What to produce: Each line of the data below from the one holding "f 36 35 106" to the one holding "f 42 133 134", inclusive, is to be reproduced exactly; no other line belongs in the answer.

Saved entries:

┄┄┄┄┄┄┄┄┄┄

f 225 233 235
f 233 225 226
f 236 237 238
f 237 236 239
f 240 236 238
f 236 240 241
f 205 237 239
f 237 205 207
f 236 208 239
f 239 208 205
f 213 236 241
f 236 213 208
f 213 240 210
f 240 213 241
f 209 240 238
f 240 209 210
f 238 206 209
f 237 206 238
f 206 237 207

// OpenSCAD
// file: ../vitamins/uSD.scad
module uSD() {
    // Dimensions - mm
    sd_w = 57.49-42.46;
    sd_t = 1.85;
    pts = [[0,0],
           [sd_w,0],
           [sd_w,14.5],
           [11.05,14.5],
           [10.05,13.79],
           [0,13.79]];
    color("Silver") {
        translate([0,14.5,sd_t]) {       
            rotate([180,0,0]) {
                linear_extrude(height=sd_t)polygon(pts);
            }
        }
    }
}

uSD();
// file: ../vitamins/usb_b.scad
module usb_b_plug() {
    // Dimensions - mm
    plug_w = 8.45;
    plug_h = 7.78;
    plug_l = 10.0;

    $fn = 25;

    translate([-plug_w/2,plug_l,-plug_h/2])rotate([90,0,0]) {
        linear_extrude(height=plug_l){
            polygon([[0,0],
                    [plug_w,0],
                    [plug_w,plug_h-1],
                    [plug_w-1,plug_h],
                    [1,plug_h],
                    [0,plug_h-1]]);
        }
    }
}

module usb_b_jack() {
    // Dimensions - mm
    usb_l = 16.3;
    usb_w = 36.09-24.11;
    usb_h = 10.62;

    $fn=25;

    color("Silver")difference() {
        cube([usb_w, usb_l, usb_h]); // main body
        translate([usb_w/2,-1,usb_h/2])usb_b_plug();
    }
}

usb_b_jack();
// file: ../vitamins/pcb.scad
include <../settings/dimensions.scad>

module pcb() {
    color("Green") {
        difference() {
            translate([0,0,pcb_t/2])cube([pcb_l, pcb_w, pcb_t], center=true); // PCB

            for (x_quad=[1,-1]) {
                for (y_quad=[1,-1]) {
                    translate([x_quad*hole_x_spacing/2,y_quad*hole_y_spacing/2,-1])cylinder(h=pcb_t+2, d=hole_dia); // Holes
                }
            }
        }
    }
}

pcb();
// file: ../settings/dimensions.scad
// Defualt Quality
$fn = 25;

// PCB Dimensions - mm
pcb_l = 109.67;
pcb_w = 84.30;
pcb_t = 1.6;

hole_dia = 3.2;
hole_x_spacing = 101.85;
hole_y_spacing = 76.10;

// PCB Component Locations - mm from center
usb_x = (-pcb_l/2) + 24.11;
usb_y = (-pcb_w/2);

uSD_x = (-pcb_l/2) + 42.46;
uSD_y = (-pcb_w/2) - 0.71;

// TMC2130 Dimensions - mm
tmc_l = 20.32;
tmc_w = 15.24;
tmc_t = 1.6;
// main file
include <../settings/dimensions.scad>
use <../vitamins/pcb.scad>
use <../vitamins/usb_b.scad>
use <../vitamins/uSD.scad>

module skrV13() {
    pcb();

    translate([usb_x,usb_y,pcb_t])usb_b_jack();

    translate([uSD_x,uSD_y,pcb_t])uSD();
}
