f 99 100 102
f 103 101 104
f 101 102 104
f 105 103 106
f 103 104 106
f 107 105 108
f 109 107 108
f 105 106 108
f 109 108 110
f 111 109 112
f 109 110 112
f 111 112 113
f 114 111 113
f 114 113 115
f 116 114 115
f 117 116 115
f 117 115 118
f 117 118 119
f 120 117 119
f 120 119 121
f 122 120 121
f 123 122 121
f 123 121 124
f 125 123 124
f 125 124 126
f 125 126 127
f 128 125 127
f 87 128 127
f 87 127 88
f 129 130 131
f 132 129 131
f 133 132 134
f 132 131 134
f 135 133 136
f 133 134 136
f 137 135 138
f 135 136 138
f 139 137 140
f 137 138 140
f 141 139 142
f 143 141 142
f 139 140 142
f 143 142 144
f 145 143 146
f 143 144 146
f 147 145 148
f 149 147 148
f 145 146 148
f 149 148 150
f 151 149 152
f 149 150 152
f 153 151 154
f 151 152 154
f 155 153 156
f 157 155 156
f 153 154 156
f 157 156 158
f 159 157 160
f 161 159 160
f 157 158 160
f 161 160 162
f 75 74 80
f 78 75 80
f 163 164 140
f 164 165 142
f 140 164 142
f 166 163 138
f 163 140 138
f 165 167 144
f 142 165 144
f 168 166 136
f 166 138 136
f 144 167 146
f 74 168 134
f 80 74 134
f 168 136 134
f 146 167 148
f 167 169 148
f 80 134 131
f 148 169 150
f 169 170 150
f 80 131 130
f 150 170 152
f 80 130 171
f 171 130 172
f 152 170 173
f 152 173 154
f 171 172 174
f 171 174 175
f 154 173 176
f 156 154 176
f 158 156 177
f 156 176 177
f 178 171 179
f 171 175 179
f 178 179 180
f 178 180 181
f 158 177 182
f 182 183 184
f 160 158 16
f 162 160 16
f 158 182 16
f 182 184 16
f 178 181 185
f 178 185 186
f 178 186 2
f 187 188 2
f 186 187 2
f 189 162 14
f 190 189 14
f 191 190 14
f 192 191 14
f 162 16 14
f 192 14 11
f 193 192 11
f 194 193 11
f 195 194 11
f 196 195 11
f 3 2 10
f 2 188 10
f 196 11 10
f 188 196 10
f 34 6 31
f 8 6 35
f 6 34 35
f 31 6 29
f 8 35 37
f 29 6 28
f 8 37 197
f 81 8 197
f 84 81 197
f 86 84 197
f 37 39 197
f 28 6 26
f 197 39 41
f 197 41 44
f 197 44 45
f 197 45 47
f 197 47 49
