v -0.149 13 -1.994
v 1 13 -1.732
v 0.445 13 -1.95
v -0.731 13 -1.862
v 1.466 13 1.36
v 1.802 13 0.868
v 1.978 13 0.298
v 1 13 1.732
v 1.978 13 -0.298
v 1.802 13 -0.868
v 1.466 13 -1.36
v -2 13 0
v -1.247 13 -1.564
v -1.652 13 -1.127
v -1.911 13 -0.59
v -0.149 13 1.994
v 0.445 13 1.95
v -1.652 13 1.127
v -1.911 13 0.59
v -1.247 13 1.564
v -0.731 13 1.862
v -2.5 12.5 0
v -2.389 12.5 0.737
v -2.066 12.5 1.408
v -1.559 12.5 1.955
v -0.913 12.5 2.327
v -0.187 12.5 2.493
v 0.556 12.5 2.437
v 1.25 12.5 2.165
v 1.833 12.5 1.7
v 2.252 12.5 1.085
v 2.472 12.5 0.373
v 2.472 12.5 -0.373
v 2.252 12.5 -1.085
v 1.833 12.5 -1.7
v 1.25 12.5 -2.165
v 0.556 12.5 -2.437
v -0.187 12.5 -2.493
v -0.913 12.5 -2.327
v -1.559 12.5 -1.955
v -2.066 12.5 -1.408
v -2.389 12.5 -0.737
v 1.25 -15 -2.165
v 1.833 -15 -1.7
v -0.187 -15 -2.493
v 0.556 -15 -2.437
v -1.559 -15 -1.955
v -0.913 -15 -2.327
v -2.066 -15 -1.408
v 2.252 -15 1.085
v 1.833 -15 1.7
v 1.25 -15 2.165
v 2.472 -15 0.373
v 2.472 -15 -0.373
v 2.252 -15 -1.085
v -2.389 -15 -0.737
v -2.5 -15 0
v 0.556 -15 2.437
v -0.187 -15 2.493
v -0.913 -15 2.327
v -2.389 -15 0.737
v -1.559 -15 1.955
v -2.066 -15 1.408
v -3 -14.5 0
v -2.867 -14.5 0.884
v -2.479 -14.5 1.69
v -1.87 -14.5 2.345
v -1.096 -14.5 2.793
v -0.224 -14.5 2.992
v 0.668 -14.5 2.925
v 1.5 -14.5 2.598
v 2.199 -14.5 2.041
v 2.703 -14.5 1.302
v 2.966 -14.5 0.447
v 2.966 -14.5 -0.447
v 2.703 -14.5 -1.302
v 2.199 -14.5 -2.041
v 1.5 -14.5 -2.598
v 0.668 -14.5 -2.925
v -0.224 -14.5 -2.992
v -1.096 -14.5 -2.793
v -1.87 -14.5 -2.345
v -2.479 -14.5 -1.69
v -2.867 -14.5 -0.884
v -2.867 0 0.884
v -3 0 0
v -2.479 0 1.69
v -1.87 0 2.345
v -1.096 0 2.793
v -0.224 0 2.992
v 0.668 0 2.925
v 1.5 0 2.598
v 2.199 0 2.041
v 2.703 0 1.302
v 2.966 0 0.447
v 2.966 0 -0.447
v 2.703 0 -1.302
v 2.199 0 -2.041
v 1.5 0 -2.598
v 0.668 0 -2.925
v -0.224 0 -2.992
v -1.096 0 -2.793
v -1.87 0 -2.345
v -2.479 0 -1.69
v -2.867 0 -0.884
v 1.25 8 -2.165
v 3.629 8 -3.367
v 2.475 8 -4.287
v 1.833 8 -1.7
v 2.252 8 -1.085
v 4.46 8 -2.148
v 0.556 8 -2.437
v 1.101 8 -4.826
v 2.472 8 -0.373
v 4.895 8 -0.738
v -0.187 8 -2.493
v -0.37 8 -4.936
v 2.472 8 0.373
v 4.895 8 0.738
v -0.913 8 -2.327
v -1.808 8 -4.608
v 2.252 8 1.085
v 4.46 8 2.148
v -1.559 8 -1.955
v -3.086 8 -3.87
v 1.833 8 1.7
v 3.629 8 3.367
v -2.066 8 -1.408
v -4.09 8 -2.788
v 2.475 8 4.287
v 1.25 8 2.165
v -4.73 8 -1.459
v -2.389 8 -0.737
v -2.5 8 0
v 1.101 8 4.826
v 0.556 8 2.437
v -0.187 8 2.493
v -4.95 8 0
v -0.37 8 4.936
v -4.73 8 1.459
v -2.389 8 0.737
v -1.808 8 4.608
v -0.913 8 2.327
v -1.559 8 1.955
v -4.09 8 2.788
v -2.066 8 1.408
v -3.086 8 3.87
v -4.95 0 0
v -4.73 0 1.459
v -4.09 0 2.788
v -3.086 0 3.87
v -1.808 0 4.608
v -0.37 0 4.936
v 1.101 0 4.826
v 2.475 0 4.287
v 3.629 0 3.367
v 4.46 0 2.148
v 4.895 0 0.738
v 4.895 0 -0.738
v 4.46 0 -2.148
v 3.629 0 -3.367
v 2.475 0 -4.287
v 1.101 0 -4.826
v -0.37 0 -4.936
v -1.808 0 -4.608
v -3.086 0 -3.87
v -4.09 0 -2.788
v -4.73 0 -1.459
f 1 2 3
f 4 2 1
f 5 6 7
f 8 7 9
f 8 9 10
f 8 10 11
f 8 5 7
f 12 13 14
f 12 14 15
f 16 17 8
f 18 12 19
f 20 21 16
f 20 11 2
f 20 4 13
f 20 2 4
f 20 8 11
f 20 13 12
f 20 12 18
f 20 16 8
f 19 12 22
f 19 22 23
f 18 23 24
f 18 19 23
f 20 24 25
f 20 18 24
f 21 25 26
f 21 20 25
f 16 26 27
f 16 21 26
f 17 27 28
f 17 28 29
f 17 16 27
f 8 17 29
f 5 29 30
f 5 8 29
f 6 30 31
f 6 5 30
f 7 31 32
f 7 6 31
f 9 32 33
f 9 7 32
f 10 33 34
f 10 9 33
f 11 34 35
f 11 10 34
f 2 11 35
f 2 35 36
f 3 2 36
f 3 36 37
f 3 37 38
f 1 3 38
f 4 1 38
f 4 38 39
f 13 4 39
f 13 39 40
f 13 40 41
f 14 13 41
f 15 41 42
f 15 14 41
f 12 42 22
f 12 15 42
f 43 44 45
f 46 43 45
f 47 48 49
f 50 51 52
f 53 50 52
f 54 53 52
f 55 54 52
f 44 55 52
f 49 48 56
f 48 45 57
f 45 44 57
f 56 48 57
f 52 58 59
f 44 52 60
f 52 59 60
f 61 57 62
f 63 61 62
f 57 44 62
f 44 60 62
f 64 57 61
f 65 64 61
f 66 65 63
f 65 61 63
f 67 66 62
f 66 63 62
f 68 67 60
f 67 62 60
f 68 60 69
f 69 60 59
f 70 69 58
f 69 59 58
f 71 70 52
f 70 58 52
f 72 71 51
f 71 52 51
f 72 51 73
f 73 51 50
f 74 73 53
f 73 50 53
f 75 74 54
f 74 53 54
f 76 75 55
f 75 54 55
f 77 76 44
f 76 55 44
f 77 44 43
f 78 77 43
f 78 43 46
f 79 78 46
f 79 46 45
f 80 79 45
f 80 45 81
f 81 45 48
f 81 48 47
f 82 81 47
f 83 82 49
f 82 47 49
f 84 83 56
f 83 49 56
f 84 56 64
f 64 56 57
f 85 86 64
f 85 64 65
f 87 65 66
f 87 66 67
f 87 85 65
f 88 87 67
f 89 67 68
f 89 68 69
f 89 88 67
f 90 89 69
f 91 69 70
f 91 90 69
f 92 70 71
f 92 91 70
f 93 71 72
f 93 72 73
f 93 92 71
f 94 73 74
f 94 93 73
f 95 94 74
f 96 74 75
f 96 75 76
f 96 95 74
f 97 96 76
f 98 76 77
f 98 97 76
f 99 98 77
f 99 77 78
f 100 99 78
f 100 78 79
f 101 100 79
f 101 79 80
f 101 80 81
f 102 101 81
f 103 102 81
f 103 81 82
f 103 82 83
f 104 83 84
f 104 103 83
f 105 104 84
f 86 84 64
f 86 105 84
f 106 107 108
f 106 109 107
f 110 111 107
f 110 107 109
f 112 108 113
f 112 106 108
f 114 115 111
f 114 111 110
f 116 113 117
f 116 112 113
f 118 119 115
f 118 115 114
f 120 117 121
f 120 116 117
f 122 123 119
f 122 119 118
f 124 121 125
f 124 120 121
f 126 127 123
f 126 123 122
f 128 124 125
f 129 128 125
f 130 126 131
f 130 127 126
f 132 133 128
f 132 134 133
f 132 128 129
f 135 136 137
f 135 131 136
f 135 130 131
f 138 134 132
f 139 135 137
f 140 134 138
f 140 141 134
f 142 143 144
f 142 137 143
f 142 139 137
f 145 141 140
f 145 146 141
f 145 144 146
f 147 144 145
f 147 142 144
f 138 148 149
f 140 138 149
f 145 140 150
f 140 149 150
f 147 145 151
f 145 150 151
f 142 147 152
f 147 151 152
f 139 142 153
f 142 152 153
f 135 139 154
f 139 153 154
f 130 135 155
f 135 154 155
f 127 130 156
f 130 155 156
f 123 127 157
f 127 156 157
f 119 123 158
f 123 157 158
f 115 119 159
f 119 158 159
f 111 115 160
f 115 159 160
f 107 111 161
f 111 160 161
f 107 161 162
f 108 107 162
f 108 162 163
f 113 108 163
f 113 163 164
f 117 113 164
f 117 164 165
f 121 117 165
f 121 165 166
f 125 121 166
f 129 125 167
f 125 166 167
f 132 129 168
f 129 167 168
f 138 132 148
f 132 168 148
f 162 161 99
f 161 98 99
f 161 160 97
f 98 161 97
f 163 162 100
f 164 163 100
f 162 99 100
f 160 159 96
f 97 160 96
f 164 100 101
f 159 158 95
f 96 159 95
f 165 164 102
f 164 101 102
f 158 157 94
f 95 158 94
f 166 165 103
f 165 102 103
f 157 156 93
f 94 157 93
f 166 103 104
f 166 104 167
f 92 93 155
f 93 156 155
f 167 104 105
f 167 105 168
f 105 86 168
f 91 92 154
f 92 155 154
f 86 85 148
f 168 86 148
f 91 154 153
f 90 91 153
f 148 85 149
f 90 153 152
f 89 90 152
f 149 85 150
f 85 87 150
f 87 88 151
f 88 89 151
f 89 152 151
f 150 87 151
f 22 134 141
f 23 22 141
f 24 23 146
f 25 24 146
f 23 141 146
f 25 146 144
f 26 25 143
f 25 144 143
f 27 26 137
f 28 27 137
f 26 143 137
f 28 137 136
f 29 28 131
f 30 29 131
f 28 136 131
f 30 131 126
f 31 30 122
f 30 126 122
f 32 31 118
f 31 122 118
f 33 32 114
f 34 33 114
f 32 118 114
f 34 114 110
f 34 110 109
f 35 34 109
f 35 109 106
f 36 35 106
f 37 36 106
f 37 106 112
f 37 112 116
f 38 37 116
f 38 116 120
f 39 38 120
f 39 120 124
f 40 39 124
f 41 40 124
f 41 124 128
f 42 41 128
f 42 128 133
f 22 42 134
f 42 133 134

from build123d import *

# Parameters (mm, degrees)
SCHIZZO1_R                   = 3
ESTRUSIONE_ESTRUSIONE1_DEPTH = 15
SCHIZZO2_R                   = 4.95
ESTRUSIONE_ESTRUSIONE2_DEPTH = 8
SMUSSO1_SIZE                 = 0.5
SCHIZZO4_R                   = 2.5
ESTRUSIONE_ESTRUSIONE5_DEPTH = 5
SMUSSO2_SIZE                 = 0.5


with BuildPart() as part:
    # Schizzo1 → Estrusione-Estrusione1 (new body)
    with BuildSketch(Plane(origin=(0, 0, 0), x_dir=(1, 0, 0), z_dir=(0, 1, 0))):
        with Locations(Location((0, 0, 0), (0, 0, 180))):
            Circle(SCHIZZO1_R)
    extrude(amount=-ESTRUSIONE_ESTRUSIONE1_DEPTH)

    # Schizzo2 → Estrusione-Estrusione2 (add)
    with BuildSketch(Plane(origin=(0, 0, 0), x_dir=(1, 0, 0), z_dir=(0, 1, 0))):
        with Locations(Location((0, 0, 0), (0, 0, 180))):
            Circle(SCHIZZO2_R)
    extrude(amount=ESTRUSIONE_ESTRUSIONE2_DEPTH)

    # Smusso1
    smusso1_edges = [part.edges().sort_by_distance(p)[0] for p in [
        (3, -15, 0),
    ]]
    chamfer(smusso1_edges, length=SMUSSO1_SIZE)

    # Schizzo4 → Estrusione-Estrusione5 (add)
    with BuildSketch(Plane(origin=(0, 8, 0), x_dir=(1, 0, 0), z_dir=(0, 1, 0))):
        with Locations(Location((0, 0, 0), (0, 0, 180))):
            Circle(SCHIZZO4_R)
    extrude(amount=ESTRUSIONE_ESTRUSIONE5_DEPTH)

    # Smusso2
    smusso2_edges = [part.edges().sort_by_distance(p)[0] for p in [
        (2.5, 13, 0),
    ]]
    chamfer(smusso2_edges, length=SMUSSO2_SIZE)


solid = part.part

┄┄┄┄┄┄┄┄┄┄

Solution to this problem:
f 36 35 106
f 37 36 106
f 37 106 112
f 37 112 116
f 38 37 116
f 38 116 120
f 39 38 120
f 39 120 124
f 40 39 124
f 41 40 124
f 41 124 128
f 42 41 128
f 42 128 133
f 22 42 134
f 42 133 134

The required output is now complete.